▸ WORK INSTRUCTIONS: From the data underneath, reproduce exactly the stretch that begins at the line with "f 359 247 243" and ends after the line with "f 201 284 329".

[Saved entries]
---*---

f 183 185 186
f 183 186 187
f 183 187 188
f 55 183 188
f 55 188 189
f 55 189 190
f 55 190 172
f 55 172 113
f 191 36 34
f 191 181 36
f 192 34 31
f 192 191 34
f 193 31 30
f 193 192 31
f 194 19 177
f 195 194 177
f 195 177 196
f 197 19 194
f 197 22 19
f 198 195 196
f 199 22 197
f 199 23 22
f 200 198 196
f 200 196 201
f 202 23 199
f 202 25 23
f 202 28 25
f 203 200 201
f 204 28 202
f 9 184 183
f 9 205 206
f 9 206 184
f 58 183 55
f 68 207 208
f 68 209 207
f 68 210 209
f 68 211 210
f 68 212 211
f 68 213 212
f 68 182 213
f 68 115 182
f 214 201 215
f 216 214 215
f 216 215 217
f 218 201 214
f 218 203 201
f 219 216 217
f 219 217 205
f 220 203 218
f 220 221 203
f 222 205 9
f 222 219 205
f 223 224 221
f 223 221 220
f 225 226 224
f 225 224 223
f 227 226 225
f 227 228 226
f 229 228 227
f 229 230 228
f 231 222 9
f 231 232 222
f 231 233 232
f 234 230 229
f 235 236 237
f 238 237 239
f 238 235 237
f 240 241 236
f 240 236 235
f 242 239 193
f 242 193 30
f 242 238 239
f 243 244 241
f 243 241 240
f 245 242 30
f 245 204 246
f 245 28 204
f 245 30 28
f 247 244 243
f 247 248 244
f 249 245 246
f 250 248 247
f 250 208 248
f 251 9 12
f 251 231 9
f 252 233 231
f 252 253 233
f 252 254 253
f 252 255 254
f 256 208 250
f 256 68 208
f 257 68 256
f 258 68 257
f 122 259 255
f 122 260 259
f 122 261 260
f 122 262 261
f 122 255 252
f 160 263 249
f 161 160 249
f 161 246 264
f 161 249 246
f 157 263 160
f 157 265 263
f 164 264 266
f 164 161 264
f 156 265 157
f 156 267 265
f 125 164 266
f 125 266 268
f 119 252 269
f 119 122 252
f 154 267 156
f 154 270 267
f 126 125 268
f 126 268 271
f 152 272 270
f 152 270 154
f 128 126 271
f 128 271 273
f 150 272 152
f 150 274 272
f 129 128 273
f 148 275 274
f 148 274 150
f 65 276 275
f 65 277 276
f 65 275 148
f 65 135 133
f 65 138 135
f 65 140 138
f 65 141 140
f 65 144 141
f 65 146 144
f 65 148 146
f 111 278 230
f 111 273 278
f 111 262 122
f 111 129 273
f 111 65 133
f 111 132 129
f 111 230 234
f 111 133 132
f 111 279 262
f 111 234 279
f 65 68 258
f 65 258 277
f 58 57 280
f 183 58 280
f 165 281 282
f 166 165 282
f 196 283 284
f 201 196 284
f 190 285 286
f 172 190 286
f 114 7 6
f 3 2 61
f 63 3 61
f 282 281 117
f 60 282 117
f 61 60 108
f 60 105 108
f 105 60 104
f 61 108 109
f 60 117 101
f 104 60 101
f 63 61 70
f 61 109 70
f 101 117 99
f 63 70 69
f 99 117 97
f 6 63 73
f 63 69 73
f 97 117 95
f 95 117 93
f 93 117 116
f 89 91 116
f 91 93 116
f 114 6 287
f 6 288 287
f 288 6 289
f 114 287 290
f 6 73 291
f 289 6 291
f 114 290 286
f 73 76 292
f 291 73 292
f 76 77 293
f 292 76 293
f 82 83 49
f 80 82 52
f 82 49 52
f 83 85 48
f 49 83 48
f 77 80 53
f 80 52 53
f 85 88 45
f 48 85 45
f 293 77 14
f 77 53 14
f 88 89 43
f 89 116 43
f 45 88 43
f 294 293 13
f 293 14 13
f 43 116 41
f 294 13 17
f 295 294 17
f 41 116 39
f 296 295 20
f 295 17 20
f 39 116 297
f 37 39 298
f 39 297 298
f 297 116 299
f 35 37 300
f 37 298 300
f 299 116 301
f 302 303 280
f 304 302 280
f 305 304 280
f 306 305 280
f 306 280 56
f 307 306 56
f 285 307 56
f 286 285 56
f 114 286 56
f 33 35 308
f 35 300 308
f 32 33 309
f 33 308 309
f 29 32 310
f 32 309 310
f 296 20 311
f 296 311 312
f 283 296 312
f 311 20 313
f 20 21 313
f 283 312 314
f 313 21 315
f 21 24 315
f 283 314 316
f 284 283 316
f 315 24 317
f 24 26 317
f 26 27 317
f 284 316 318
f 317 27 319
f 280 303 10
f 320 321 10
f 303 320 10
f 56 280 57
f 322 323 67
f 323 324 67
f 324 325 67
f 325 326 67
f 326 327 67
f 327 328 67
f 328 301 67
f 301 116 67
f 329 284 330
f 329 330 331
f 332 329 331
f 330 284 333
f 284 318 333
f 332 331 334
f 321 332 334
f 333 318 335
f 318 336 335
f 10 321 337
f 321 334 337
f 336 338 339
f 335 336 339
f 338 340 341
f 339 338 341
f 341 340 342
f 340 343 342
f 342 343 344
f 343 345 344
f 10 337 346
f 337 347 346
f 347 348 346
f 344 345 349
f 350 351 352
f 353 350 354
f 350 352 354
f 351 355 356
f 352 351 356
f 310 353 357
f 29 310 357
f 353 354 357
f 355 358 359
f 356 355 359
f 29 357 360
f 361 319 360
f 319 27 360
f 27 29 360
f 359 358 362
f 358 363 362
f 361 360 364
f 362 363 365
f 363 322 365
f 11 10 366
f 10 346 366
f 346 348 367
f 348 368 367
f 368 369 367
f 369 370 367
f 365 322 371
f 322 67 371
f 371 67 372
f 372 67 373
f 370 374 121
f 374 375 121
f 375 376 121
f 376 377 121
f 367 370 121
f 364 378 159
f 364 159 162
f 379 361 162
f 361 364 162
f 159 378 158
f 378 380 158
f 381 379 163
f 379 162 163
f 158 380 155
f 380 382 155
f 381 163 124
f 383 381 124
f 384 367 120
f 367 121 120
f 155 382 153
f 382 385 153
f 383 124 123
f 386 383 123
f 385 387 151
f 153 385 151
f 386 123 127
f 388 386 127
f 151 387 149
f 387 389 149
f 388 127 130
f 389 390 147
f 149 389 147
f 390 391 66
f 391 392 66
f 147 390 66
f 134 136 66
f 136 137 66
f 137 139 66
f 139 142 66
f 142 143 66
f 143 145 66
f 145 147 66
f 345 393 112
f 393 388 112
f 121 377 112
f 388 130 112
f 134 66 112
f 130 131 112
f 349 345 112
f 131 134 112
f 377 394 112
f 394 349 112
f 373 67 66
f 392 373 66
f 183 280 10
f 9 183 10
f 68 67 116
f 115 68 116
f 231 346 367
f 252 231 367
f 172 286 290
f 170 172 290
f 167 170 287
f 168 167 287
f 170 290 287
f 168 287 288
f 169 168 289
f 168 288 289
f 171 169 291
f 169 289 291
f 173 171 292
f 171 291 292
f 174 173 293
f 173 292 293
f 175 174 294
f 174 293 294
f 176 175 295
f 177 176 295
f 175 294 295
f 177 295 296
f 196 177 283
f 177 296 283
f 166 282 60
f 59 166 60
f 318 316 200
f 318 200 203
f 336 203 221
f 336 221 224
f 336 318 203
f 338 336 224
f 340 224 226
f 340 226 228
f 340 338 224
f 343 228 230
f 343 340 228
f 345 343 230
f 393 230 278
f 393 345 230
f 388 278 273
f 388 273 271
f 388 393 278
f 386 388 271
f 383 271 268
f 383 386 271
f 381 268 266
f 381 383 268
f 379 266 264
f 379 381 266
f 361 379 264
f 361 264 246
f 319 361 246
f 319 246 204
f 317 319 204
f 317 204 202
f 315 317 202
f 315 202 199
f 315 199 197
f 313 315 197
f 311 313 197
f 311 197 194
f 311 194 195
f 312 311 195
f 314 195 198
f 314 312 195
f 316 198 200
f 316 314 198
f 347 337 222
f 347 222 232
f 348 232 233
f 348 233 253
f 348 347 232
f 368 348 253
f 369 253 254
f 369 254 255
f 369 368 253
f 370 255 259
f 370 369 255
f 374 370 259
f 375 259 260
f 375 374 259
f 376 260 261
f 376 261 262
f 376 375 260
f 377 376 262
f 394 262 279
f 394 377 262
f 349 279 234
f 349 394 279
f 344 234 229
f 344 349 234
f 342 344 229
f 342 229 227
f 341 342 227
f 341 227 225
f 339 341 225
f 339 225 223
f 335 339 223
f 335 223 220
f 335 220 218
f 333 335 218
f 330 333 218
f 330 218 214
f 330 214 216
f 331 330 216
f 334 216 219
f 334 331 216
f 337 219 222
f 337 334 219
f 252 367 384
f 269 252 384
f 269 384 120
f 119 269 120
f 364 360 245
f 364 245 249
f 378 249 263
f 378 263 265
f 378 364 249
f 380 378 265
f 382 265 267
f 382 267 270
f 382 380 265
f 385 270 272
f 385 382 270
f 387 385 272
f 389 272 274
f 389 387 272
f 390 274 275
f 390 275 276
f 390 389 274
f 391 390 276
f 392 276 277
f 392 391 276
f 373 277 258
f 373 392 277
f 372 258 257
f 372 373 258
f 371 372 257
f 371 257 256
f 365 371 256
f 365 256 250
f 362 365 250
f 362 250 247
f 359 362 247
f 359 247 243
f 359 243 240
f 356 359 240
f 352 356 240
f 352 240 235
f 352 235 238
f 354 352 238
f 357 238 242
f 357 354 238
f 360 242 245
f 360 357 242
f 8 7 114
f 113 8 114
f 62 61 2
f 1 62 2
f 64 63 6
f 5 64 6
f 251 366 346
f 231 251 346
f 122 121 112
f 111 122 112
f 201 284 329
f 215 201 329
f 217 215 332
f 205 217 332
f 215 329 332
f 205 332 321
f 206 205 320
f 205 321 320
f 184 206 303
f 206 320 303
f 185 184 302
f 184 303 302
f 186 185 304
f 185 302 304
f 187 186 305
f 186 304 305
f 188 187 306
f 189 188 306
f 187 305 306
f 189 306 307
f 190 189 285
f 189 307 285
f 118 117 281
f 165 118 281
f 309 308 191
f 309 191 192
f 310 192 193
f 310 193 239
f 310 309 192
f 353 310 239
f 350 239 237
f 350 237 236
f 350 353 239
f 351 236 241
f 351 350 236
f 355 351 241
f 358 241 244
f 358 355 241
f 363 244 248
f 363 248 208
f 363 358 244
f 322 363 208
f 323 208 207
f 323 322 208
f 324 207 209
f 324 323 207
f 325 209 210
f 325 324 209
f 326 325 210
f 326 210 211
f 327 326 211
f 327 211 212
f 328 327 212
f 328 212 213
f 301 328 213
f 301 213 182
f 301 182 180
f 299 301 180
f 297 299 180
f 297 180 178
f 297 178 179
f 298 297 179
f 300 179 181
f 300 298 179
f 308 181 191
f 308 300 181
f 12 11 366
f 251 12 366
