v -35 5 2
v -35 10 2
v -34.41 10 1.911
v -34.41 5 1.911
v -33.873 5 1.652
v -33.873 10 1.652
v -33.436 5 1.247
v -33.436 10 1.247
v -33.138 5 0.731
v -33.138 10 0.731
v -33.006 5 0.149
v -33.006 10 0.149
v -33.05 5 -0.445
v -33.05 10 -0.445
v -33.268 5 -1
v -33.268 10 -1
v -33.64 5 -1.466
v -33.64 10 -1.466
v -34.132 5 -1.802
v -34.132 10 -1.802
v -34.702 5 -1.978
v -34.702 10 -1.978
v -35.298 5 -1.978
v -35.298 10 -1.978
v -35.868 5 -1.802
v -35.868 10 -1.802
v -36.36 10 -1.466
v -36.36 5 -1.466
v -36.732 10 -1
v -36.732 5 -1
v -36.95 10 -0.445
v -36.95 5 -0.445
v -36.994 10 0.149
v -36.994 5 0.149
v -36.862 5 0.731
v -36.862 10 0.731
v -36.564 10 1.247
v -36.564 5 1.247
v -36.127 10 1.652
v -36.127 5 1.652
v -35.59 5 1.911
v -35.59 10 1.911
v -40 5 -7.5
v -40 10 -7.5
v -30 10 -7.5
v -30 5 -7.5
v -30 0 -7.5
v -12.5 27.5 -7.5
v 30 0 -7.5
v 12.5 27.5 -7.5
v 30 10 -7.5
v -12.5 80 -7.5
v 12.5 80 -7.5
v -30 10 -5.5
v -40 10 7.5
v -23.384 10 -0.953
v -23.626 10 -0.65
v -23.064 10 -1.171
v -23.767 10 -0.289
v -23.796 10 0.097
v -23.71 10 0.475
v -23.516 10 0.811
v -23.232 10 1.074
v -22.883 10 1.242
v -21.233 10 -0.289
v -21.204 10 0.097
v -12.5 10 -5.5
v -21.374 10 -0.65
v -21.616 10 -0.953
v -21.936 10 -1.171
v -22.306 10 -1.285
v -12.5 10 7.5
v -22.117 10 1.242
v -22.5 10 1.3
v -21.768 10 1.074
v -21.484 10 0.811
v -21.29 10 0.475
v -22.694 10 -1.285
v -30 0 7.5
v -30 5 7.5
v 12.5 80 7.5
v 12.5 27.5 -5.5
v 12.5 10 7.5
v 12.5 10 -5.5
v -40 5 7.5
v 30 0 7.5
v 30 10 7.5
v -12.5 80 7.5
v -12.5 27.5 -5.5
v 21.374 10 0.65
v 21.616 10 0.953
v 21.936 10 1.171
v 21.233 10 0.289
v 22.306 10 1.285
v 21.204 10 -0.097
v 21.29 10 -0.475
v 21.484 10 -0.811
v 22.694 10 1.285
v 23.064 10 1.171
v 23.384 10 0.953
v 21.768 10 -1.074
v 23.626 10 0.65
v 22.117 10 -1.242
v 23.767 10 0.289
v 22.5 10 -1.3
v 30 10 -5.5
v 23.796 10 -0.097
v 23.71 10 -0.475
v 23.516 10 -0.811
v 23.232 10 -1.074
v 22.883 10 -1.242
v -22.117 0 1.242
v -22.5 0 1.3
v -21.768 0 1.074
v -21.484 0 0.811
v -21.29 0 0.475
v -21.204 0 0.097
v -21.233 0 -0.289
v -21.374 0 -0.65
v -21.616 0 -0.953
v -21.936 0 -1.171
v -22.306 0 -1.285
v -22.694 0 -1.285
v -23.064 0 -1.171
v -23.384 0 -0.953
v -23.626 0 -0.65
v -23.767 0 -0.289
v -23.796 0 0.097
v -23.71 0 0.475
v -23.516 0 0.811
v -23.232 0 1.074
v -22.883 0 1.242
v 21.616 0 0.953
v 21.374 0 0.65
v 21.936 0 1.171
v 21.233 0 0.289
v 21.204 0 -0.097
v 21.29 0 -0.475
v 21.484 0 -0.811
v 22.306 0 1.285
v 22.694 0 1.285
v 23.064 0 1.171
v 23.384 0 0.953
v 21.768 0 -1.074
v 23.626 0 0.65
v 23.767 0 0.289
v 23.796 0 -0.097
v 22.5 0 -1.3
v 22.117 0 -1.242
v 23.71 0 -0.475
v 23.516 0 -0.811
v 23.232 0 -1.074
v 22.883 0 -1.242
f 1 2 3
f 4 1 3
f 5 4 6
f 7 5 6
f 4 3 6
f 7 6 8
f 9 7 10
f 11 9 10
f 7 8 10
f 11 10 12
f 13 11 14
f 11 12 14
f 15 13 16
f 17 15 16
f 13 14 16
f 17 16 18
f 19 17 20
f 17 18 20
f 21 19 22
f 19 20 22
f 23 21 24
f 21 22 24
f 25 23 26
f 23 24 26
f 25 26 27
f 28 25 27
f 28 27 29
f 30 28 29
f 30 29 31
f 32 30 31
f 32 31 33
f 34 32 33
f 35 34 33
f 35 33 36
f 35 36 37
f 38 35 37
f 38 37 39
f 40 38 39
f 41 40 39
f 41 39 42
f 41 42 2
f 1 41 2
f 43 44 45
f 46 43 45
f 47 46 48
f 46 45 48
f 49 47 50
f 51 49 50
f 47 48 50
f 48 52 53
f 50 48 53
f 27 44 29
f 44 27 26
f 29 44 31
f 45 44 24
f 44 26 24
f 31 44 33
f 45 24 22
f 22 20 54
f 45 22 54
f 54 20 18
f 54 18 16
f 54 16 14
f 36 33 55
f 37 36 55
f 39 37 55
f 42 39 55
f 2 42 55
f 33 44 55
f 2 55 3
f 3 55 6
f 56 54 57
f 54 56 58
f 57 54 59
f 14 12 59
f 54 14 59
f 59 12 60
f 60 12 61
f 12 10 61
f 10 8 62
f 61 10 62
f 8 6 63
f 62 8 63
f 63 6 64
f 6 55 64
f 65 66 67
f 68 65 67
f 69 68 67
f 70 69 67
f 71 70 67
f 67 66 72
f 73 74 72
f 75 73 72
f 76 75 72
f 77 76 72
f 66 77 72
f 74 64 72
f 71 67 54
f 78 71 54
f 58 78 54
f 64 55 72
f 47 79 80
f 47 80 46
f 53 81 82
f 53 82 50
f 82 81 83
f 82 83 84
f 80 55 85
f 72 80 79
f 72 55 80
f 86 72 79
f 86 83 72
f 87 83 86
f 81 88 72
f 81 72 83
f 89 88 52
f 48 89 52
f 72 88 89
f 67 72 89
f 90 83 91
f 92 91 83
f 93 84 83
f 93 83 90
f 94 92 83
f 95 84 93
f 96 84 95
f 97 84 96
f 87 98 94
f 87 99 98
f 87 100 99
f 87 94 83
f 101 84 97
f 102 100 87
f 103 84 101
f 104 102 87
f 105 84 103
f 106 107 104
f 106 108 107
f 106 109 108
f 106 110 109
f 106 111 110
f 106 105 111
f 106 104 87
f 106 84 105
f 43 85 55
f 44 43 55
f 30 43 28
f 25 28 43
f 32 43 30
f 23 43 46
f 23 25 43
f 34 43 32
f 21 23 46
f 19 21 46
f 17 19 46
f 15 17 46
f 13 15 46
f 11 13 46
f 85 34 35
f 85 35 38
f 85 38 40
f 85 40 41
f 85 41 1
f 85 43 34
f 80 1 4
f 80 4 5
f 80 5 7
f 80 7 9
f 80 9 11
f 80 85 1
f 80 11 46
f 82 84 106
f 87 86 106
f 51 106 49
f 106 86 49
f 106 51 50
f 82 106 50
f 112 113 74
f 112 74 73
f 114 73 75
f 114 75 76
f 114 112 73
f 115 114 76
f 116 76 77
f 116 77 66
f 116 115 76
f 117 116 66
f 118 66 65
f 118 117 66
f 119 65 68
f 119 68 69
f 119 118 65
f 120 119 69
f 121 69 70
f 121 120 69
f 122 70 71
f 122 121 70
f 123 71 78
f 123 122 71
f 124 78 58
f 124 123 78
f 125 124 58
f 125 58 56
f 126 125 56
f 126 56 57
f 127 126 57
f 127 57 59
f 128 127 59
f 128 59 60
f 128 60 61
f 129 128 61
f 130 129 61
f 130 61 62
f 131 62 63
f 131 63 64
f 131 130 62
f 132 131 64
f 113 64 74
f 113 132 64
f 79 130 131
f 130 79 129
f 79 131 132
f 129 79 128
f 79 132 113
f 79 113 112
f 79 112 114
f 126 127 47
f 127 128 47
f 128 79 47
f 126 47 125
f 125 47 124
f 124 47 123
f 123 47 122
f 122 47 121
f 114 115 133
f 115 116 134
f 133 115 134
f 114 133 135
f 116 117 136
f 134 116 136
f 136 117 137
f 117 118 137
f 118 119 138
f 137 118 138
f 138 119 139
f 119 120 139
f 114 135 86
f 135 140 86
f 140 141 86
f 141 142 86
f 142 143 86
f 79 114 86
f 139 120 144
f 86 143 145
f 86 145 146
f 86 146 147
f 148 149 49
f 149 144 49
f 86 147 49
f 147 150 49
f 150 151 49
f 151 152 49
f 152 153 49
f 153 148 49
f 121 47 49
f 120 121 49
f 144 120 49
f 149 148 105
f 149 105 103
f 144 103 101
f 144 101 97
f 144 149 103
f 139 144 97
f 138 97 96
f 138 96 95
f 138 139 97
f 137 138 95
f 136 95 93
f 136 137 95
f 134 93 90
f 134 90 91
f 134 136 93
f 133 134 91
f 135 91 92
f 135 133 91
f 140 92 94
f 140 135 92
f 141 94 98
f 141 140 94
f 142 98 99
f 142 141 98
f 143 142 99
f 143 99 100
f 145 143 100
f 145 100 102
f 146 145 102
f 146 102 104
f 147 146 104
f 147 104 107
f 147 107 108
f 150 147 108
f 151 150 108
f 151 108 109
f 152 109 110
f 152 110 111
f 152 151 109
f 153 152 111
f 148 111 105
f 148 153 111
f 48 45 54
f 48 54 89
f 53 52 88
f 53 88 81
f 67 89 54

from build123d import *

# Parameters (mm, degrees)
SKETCH_2_W          = 60
SKETCH_2_H          = 15
SKETCH_2_R          = 1.3
EXTRUDE_1_DEPTH     = 10
SKETCH_3_W          = 25
SKETCH_3_H          = 15
EXTRUDE_2_DEPTH     = 70
EXTRUDE_3_DEPTH     = 2
SKETCH_6_W          = 10
SKETCH_6_H          = 5
EXTRUDE_4_DEPTH     = 15
SKETCH_7_R          = 2
CUT_EXTRUDE_1_DEPTH = 81.970673704


with BuildPart() as part:
    # 草圖2 → 填料-伸長1 (new body)
    with BuildSketch(Plane(origin=(0, 0, 0), x_dir=(1, 0, 0), z_dir=(0, 1, 0))):
        Rectangle(SKETCH_2_W, SKETCH_2_H)
        with Locations(Location((-22.5, 0, 0), (0, 0, 270))):
            Circle(SKETCH_2_R, mode=Mode.SUBTRACT)
        with Locations(Location((22.5, 0, 0), (0, 0, 90))):
            Circle(SKETCH_2_R, mode=Mode.SUBTRACT)
    extrude(amount=EXTRUDE_1_DEPTH)

    # 草圖3 → 填料-伸長2 (add)
    with BuildSketch(Plane(origin=(0, 10, 0), x_dir=(1, 0, 0), z_dir=(0, 1, 0))):
        Rectangle(SKETCH_3_W, SKETCH_3_H)
    extrude(amount=EXTRUDE_2_DEPTH)

    # 草圖5 → 填料-伸長3 (add)
    with BuildSketch(Plane(origin=(0, 0, -7.5), x_dir=(-1, 0, 0), z_dir=(0, 0, -1))):
        Polygon((-30, 10), (-12.5, 27.5), (-12.5, 10), align=None)
        Polygon((12.5, 27.5), (12.5, 10), (30, 10), align=None)
    extrude(amount=-EXTRUDE_3_DEPTH)

    # 草圖6 → 填料-伸長4 (add)
    with BuildSketch(Plane.XY.offset(7.5)):
        with Locations((-35, 7.5)):
            Rectangle(SKETCH_6_W, SKETCH_6_H)
    extrude(amount=-EXTRUDE_4_DEPTH)

    # 草圖7 → 除料-伸長1 (cut, through all)
    with BuildSketch(Plane(origin=(0, 10, 0), x_dir=(1, 0, 0), z_dir=(0, 1, 0))):
        with Locations(Location((-35, 0, 0), (0, 0, 270))):
            Circle(SKETCH_7_R)
    extrude(amount=-CUT_EXTRUDE_1_DEPTH, mode=Mode.SUBTRACT)


solid = part.part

---*---

▸ WORKED SOLUTION:
f 359 247 243
f 359 243 240
f 356 359 240
f 352 356 240
f 352 240 235
f 352 235 238
f 354 352 238
f 357 238 242
f 357 354 238
f 360 242 245
f 360 357 242
f 8 7 114
f 113 8 114
f 62 61 2
f 1 62 2
f 64 63 6
f 5 64 6
f 251 366 346
f 231 251 346
f 122 121 112
f 111 122 112
f 201 284 329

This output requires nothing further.